***** Records provided

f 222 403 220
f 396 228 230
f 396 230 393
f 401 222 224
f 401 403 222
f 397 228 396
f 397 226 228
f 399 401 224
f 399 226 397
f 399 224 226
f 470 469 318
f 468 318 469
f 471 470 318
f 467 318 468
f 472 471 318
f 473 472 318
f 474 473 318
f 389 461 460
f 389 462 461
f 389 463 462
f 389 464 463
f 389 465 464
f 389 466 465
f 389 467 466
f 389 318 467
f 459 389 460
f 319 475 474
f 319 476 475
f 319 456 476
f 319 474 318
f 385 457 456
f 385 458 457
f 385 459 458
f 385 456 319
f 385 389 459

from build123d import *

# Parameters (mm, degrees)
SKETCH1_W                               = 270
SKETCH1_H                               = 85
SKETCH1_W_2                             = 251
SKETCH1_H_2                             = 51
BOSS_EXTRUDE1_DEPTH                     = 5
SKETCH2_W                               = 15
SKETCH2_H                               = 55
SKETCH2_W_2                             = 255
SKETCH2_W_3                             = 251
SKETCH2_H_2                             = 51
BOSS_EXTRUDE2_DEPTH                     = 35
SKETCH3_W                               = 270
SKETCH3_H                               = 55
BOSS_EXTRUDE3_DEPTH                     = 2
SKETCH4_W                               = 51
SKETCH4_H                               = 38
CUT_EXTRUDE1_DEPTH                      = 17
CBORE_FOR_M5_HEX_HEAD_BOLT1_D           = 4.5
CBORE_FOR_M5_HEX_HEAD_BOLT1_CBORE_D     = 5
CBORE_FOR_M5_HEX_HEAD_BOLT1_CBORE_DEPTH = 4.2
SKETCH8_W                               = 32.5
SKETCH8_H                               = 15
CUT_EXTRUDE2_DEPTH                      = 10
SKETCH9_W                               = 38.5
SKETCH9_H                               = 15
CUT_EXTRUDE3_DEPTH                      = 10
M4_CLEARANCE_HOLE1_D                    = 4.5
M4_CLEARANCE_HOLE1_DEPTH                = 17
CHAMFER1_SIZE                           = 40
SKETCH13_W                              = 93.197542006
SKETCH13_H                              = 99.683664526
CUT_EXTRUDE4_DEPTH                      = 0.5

**********

Your goal » In your answer, print every entry exactly as it appears.

Exercise response »
f 222 403 220
f 396 228 230
f 396 230 393
f 401 222 224
f 401 403 222
f 397 228 396
f 397 226 228
f 399 401 224
f 399 226 397
f 399 224 226
f 470 469 318
f 468 318 469
f 471 470 318
f 467 318 468
f 472 471 318
f 473 472 318
f 474 473 318
f 389 461 460
f 389 462 461
f 389 463 462
f 389 464 463
f 389 465 464
f 389 466 465
f 389 467 466
f 389 318 467
f 459 389 460
f 319 475 474
f 319 476 475
f 319 456 476
f 319 474 318
f 385 457 456
f 385 458 457
f 385 459 458
f 385 456 319
f 385 389 459

from build123d import *

# Parameters (mm, degrees)
SKETCH1_W                               = 270
SKETCH1_H                               = 85
SKETCH1_W_2                             = 251
SKETCH1_H_2                             = 51
BOSS_EXTRUDE1_DEPTH                     = 5
SKETCH2_W                               = 15
SKETCH2_H                               = 55
SKETCH2_W_2                             = 255
SKETCH2_W_3                             = 251
SKETCH2_H_2                             = 51
BOSS_EXTRUDE2_DEPTH                     = 35
SKETCH3_W                               = 270
SKETCH3_H                               = 55
BOSS_EXTRUDE3_DEPTH                     = 2
SKETCH4_W                               = 51
SKETCH4_H                               = 38
CUT_EXTRUDE1_DEPTH                      = 17
CBORE_FOR_M5_HEX_HEAD_BOLT1_D           = 4.5
CBORE_FOR_M5_HEX_HEAD_BOLT1_CBORE_D     = 5
CBORE_FOR_M5_HEX_HEAD_BOLT1_CBORE_DEPTH = 4.2
SKETCH8_W                               = 32.5
SKETCH8_H                               = 15
CUT_EXTRUDE2_DEPTH                      = 10
SKETCH9_W                               = 38.5
SKETCH9_H                               = 15
CUT_EXTRUDE3_DEPTH                      = 10
M4_CLEARANCE_HOLE1_D                    = 4.5
M4_CLEARANCE_HOLE1_DEPTH                = 17
CHAMFER1_SIZE                           = 40
SKETCH13_W                              = 93.197542006
SKETCH13_H                              = 99.683664526
CUT_EXTRUDE4_DEPTH                      = 0.5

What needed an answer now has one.